----- EXTRACTED ENTRIES -----

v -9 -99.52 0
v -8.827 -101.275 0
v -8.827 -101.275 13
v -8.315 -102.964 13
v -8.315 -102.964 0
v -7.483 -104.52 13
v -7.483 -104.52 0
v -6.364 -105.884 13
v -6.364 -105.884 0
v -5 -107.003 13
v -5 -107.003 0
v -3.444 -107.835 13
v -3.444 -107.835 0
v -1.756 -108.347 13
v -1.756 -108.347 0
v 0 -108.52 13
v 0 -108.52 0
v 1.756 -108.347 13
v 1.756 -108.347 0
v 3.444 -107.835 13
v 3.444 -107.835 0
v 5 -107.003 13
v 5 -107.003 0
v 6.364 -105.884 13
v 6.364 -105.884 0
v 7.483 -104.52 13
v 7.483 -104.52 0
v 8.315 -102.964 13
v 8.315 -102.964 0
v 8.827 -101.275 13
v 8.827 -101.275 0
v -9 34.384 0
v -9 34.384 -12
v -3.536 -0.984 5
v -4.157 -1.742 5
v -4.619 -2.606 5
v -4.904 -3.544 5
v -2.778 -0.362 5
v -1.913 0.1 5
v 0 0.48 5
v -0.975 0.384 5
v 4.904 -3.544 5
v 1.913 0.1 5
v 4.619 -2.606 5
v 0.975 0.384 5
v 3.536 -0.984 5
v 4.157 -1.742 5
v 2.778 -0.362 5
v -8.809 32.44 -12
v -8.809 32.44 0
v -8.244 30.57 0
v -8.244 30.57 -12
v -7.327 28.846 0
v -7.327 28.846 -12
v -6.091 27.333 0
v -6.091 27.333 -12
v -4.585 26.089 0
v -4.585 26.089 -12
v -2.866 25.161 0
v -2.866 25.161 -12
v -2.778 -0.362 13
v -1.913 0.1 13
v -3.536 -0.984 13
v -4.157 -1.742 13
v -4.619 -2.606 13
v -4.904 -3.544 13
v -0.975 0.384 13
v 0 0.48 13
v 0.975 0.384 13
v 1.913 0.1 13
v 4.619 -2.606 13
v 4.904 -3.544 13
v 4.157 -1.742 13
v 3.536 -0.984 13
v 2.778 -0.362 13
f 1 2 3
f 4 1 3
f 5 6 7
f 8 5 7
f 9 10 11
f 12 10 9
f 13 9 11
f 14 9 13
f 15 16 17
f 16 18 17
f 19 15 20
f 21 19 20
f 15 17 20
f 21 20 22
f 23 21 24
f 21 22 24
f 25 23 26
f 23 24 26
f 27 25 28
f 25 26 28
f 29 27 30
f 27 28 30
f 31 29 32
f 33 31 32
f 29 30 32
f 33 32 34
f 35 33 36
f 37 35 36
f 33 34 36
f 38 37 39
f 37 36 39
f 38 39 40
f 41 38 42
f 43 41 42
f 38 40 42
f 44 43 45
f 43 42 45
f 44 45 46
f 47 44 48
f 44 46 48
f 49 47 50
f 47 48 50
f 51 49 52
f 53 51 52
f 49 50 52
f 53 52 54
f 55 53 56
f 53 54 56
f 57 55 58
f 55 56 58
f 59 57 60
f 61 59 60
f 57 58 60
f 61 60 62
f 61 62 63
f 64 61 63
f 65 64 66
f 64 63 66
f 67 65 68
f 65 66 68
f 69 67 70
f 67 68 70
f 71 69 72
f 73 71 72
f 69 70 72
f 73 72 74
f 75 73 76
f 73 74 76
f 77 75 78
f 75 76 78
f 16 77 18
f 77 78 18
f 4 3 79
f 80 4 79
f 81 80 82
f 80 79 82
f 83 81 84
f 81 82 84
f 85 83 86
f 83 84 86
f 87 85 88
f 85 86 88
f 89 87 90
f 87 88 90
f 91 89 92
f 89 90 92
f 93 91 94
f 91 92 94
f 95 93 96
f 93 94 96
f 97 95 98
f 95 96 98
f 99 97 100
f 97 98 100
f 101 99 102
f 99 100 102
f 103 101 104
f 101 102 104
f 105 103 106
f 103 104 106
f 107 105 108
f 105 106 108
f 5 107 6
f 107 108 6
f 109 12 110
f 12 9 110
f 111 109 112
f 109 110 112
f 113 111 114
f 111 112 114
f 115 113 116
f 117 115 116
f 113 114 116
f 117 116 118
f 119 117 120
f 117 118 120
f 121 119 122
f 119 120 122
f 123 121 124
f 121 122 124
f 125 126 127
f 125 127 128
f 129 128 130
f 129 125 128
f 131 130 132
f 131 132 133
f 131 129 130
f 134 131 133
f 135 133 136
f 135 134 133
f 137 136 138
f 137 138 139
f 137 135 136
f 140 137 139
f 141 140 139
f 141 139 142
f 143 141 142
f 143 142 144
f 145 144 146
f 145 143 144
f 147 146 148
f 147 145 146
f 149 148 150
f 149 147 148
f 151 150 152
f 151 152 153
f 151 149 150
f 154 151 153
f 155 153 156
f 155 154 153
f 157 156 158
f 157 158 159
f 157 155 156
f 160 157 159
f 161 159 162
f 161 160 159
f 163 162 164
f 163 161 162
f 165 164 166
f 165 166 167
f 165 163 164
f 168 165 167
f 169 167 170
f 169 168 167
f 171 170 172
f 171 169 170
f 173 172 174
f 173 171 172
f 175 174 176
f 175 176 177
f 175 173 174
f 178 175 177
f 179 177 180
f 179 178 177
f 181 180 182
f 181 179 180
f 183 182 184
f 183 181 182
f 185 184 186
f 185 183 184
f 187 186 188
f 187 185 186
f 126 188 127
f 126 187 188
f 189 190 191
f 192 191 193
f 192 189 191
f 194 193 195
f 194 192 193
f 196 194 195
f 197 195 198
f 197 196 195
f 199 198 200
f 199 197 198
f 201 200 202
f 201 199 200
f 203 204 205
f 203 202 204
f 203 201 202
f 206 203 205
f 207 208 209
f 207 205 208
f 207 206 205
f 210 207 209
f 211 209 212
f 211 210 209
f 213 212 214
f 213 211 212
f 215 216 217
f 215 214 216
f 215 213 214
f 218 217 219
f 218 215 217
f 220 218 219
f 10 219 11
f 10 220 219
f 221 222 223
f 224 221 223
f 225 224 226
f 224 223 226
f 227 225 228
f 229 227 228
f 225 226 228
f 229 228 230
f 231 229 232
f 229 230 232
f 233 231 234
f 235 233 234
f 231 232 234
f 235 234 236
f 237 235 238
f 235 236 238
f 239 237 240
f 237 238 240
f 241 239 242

-----

Your answer must be the line that contains "f 229 228 230" and every line after it to the end of the records, reproduced exactly.

▶ _RESPONSE TO THIS TASK_
f 229 228 230
f 231 229 232
f 229 230 232
f 233 231 234
f 235 233 234
f 231 232 234
f 235 234 236
f 237 235 238
f 235 236 238
f 239 237 240
f 237 238 240
f 241 239 242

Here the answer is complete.